TASK DATA
- - - - - - -
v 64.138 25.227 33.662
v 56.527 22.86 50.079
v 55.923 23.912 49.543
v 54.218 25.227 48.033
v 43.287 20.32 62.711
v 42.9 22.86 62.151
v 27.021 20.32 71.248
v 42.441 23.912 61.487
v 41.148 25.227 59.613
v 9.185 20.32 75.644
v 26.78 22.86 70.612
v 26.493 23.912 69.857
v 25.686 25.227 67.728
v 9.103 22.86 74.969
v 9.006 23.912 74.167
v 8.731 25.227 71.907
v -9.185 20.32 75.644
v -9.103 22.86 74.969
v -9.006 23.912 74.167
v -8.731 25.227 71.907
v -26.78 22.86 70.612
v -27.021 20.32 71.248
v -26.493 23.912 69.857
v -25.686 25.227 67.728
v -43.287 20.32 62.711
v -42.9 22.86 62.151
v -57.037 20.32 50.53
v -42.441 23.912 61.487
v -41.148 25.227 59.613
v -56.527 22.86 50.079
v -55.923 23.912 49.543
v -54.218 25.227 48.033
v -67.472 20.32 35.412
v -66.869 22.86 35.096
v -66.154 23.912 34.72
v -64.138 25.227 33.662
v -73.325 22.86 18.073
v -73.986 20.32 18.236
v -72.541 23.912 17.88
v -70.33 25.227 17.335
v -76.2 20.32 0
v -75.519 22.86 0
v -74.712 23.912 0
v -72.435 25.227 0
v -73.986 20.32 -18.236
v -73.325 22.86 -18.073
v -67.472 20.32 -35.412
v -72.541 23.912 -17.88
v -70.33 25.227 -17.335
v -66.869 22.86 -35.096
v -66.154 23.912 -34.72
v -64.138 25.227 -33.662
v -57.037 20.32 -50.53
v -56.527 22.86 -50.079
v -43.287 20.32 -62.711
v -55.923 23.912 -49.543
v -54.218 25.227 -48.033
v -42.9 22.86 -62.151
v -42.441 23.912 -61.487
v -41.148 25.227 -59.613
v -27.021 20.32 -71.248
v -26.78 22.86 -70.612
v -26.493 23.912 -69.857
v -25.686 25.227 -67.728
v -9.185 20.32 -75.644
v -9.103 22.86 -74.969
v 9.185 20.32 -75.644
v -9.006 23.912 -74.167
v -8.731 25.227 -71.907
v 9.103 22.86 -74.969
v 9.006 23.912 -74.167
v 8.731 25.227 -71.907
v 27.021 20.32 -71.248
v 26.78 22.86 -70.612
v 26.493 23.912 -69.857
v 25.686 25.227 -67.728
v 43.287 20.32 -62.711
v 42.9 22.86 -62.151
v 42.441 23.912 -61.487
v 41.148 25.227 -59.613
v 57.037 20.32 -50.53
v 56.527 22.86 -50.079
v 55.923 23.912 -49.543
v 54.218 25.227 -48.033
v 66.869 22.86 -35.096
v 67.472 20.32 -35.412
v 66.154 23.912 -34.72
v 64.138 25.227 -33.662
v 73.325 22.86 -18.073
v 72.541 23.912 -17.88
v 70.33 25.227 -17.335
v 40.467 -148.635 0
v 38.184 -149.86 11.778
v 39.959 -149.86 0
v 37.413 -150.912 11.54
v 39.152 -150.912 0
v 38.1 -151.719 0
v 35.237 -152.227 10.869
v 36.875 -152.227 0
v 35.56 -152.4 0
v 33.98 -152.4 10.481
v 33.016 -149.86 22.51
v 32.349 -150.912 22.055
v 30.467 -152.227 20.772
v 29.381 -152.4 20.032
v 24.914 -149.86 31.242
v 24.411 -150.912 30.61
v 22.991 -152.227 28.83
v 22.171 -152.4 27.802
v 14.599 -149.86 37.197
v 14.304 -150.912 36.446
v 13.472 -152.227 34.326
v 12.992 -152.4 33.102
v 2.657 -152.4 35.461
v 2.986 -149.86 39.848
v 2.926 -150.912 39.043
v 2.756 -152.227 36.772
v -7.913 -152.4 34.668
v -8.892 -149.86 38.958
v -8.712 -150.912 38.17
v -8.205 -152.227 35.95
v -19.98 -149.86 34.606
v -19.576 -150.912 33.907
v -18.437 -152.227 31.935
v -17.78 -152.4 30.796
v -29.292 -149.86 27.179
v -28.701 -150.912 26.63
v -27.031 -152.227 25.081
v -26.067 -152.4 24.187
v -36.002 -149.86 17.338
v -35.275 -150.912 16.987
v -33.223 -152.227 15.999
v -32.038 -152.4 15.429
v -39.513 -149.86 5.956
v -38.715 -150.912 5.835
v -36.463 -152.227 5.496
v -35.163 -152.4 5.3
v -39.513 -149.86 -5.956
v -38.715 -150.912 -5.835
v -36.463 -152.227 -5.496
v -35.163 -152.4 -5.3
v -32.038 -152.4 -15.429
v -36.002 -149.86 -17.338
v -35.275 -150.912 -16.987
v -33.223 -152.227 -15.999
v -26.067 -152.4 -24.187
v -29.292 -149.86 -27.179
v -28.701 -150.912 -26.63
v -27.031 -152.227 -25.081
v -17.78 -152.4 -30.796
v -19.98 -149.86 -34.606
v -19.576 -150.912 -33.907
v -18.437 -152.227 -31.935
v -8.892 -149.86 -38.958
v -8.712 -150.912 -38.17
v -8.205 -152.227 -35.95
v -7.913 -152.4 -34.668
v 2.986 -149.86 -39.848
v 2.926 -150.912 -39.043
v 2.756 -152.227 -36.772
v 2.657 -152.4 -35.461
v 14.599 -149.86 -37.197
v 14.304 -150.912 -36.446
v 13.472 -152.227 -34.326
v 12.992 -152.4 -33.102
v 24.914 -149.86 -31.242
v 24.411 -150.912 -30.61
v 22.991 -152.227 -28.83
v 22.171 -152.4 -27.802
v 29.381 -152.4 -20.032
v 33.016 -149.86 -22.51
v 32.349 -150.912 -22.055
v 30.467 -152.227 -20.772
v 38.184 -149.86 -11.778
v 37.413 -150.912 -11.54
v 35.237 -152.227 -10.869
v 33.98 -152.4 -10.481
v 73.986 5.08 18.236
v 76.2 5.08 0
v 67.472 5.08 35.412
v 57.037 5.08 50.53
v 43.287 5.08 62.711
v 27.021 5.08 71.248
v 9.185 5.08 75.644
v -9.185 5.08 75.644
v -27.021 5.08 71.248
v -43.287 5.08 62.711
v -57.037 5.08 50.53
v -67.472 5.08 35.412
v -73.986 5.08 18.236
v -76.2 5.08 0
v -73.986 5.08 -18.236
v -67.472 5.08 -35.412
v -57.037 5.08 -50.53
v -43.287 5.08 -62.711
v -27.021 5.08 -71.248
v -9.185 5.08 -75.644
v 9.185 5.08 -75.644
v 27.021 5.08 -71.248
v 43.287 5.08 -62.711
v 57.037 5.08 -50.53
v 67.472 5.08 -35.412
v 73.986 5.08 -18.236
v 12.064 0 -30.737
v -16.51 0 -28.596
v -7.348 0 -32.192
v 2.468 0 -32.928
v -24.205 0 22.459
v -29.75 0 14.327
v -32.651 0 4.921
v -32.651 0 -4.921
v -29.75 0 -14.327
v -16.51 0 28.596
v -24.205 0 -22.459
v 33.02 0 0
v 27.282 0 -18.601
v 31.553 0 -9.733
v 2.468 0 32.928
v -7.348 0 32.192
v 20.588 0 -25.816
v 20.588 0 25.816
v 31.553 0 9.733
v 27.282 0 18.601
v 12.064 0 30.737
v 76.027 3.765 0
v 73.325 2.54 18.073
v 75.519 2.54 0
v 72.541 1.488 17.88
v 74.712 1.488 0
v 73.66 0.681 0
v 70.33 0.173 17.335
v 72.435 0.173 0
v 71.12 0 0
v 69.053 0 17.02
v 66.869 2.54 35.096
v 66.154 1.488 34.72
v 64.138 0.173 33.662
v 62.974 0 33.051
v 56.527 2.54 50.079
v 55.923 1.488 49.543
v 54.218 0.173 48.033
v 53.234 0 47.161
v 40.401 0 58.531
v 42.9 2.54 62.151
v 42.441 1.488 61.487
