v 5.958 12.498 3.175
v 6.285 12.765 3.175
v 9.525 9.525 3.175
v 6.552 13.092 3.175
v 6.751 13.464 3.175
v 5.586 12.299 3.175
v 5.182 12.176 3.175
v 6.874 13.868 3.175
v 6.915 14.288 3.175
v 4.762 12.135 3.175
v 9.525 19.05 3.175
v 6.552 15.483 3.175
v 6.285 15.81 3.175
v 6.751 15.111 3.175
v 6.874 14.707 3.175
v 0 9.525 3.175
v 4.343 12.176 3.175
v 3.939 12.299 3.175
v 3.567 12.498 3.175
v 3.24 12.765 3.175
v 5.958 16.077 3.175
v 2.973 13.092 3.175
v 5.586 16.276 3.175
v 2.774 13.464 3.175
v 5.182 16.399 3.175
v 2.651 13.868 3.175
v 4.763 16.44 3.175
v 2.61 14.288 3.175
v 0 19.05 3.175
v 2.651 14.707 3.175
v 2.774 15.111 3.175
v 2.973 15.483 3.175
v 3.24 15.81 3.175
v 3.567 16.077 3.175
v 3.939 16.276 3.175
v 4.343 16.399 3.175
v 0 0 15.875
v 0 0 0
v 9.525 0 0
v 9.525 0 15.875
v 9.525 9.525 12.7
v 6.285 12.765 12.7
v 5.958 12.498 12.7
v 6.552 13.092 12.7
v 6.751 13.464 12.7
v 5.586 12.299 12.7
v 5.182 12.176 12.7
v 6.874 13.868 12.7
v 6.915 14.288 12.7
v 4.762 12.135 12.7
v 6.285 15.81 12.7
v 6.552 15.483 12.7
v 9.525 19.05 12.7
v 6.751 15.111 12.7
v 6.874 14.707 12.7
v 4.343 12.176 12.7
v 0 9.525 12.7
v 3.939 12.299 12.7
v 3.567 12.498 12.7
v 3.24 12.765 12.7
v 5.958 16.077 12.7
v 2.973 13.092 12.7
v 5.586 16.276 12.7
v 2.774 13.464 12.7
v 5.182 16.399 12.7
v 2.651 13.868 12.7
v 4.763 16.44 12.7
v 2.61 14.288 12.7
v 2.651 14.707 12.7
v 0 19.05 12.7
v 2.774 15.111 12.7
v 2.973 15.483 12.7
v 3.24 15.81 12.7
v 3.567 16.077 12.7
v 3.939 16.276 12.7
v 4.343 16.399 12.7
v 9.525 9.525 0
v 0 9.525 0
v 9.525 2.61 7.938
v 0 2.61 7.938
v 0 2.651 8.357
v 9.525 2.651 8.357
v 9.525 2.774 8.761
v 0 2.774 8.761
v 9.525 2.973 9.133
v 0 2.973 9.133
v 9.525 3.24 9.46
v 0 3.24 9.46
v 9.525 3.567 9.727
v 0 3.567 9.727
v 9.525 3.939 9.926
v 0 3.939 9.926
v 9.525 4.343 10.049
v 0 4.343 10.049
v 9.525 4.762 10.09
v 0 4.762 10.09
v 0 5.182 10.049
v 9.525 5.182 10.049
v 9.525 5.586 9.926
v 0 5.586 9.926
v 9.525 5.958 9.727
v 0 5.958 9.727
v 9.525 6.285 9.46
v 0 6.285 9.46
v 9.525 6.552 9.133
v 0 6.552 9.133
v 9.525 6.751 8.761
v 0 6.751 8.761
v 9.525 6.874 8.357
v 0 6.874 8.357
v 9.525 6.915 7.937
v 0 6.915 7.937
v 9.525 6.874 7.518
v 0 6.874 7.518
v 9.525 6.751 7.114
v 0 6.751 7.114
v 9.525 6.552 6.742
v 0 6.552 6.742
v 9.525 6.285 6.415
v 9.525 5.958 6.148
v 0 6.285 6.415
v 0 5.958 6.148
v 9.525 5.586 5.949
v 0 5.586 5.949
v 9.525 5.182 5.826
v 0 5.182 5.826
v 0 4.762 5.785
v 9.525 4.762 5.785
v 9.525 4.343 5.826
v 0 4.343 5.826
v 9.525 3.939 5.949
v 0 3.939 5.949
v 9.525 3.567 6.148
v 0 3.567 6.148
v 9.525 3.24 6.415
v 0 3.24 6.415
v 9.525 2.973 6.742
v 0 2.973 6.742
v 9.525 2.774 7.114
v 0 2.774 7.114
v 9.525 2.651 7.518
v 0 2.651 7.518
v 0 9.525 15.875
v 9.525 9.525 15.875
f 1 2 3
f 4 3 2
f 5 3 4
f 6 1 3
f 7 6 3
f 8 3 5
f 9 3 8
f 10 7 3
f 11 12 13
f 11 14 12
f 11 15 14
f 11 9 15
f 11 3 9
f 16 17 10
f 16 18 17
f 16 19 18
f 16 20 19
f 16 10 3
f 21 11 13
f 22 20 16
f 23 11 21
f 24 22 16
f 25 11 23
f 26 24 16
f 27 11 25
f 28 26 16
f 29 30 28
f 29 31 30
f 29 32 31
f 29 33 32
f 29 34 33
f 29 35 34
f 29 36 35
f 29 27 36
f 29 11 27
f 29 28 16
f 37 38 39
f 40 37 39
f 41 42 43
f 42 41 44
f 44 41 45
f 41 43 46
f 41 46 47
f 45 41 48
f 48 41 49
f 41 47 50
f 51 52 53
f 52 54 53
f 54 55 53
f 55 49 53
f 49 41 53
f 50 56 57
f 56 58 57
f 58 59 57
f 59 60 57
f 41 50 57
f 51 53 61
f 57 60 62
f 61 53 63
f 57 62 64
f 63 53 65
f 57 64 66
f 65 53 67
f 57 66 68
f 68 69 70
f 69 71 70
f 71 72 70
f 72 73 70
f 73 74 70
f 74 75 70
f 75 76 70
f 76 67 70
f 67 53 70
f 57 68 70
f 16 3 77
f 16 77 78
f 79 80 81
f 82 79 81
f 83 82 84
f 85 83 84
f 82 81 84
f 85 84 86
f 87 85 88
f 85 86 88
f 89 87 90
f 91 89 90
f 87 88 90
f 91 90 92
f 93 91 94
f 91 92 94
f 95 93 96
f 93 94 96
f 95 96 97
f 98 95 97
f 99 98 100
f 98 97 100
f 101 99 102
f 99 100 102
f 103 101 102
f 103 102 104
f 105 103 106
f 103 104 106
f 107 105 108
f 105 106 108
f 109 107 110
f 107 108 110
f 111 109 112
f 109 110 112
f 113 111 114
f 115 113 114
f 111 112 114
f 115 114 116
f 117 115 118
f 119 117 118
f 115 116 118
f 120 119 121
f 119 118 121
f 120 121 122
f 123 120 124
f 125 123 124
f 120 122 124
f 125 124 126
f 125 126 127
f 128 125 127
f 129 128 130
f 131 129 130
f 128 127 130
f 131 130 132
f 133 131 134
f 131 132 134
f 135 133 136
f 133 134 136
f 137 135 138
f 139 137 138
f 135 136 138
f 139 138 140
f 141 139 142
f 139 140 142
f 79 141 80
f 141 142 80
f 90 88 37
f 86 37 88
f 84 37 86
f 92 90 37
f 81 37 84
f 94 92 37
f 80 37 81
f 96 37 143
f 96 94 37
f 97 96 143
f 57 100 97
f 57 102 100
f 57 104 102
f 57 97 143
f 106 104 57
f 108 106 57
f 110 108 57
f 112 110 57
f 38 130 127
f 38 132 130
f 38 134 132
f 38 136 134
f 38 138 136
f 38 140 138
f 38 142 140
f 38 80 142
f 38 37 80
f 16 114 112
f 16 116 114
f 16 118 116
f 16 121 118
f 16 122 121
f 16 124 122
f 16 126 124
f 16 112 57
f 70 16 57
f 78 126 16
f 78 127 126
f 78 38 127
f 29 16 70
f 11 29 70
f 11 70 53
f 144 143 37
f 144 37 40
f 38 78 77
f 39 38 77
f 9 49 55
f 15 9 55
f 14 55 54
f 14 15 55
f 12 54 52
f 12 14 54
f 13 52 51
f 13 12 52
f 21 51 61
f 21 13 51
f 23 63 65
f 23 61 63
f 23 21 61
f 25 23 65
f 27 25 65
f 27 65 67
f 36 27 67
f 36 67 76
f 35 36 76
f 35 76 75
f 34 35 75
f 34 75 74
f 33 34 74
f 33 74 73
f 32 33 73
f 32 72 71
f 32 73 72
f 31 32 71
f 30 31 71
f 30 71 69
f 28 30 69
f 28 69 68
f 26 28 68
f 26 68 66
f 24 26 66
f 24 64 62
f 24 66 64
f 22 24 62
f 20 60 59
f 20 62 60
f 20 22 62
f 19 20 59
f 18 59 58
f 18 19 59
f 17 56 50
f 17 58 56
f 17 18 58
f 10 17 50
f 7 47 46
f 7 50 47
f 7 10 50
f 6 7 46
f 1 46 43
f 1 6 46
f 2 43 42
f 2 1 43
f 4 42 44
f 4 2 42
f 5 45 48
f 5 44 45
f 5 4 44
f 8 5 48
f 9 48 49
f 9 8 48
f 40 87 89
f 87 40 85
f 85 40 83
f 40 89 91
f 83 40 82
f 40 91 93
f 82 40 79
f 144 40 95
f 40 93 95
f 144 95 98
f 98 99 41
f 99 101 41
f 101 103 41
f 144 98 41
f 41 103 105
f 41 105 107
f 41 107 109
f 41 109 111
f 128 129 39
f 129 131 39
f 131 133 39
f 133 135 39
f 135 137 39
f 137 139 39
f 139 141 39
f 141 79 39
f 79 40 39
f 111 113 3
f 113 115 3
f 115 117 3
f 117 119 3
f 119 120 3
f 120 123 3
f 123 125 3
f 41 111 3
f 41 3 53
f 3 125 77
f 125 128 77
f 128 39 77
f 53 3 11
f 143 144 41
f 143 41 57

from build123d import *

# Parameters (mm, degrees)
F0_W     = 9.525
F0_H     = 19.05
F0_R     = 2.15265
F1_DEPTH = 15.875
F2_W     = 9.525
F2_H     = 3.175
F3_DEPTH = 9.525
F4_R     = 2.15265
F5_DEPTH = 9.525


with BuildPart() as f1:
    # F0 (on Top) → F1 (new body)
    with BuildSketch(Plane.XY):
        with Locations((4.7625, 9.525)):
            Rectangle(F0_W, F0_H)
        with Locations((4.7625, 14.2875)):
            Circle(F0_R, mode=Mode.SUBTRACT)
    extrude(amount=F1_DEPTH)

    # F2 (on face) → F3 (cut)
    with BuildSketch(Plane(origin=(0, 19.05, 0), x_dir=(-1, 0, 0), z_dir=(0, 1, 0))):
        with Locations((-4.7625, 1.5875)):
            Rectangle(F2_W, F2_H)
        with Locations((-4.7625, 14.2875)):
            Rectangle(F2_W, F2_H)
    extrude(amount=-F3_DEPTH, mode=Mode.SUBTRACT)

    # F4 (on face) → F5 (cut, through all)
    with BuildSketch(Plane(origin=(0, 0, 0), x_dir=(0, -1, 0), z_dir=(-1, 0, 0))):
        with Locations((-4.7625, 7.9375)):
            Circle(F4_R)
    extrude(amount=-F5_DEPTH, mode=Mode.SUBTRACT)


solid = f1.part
- - - - - - -
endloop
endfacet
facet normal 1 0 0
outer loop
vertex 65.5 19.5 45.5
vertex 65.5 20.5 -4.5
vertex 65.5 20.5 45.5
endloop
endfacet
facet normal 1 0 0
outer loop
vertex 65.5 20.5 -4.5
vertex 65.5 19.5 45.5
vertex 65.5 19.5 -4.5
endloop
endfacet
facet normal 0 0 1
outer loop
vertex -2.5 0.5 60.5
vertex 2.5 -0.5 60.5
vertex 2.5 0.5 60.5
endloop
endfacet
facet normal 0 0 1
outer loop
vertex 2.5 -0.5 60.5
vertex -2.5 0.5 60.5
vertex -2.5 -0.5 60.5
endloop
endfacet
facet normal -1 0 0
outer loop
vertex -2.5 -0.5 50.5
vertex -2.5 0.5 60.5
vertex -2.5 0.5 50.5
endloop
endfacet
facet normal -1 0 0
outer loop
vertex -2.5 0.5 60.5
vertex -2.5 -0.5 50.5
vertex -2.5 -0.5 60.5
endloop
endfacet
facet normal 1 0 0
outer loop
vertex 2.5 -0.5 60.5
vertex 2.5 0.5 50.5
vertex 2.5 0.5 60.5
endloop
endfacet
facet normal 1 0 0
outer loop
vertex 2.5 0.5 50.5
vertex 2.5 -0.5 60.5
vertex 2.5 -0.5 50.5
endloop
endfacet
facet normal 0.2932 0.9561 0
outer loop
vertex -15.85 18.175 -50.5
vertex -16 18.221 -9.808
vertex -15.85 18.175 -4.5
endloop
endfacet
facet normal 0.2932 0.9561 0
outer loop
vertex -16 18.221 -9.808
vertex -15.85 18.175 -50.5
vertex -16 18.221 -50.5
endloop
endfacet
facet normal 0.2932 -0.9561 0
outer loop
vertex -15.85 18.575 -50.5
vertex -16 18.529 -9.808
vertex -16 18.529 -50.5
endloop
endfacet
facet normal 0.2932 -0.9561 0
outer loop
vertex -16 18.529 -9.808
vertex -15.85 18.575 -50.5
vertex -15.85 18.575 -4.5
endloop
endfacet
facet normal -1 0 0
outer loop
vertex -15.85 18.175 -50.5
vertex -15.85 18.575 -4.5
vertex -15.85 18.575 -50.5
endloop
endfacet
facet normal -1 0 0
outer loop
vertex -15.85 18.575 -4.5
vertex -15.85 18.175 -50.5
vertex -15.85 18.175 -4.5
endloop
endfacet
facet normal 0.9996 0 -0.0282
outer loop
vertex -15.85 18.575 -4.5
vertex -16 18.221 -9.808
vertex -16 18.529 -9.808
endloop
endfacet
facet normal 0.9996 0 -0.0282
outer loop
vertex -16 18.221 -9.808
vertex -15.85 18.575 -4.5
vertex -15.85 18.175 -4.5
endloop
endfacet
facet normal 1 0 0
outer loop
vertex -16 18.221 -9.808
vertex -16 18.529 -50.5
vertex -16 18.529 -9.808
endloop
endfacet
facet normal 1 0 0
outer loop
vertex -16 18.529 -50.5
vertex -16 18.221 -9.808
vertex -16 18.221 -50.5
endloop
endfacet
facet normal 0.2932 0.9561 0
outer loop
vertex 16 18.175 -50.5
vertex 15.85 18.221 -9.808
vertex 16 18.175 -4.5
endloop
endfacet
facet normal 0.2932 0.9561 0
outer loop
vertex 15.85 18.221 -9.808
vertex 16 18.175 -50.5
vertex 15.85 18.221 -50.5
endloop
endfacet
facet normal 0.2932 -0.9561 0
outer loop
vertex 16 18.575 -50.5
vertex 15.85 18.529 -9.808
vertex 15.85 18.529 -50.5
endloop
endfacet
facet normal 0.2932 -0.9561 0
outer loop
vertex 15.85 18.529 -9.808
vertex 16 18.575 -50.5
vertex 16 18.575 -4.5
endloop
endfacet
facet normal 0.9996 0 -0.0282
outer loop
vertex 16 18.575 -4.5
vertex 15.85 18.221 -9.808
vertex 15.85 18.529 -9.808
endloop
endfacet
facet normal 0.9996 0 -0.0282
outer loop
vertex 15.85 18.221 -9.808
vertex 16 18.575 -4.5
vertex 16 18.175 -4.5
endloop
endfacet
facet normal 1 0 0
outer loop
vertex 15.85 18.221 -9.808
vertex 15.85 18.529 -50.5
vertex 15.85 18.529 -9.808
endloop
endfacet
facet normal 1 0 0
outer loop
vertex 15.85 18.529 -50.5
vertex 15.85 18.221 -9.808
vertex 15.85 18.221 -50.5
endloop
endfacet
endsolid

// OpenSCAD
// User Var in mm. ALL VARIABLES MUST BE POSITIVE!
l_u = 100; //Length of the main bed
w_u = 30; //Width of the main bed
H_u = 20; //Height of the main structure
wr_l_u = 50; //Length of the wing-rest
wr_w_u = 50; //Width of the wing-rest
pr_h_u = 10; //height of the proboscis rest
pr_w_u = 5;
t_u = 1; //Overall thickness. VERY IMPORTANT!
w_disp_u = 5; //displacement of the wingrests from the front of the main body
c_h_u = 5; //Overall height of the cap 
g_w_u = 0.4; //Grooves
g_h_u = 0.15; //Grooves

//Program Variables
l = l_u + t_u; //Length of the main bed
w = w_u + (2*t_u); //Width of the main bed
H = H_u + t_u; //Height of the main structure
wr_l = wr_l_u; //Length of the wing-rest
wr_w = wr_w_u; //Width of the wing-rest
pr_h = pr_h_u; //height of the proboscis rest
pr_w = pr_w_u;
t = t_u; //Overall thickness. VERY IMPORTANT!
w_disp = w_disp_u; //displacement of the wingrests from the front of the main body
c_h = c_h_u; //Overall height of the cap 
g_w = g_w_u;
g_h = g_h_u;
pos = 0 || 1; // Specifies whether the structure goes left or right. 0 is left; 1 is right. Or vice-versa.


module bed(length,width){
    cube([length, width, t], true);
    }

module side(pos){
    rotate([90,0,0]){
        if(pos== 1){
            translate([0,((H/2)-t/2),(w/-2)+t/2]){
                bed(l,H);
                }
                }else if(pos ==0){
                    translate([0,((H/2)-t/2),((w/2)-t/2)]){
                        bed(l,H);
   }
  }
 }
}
- - - - - - -
WORK REQUEST
Output the lines of the records above exactly as they appear, from the line containing "v 54.218 25.227 -48.033" through the line containing "v 14.599 -149.86 37.197".

SOLVED PROBLEM
v 54.218 25.227 -48.033
v 66.869 22.86 -35.096
v 67.472 20.32 -35.412
v 66.154 23.912 -34.72
v 64.138 25.227 -33.662
v 73.325 22.86 -18.073
v 72.541 23.912 -17.88
v 70.33 25.227 -17.335
v 40.467 -148.635 0
v 38.184 -149.86 11.778
v 39.959 -149.86 0
v 37.413 -150.912 11.54
v 39.152 -150.912 0
v 38.1 -151.719 0
v 35.237 -152.227 10.869
v 36.875 -152.227 0
v 35.56 -152.4 0
v 33.98 -152.4 10.481
v 33.016 -149.86 22.51
v 32.349 -150.912 22.055
v 30.467 -152.227 20.772
v 29.381 -152.4 20.032
v 24.914 -149.86 31.242
v 24.411 -150.912 30.61
v 22.991 -152.227 28.83
v 22.171 -152.4 27.802
v 14.599 -149.86 37.197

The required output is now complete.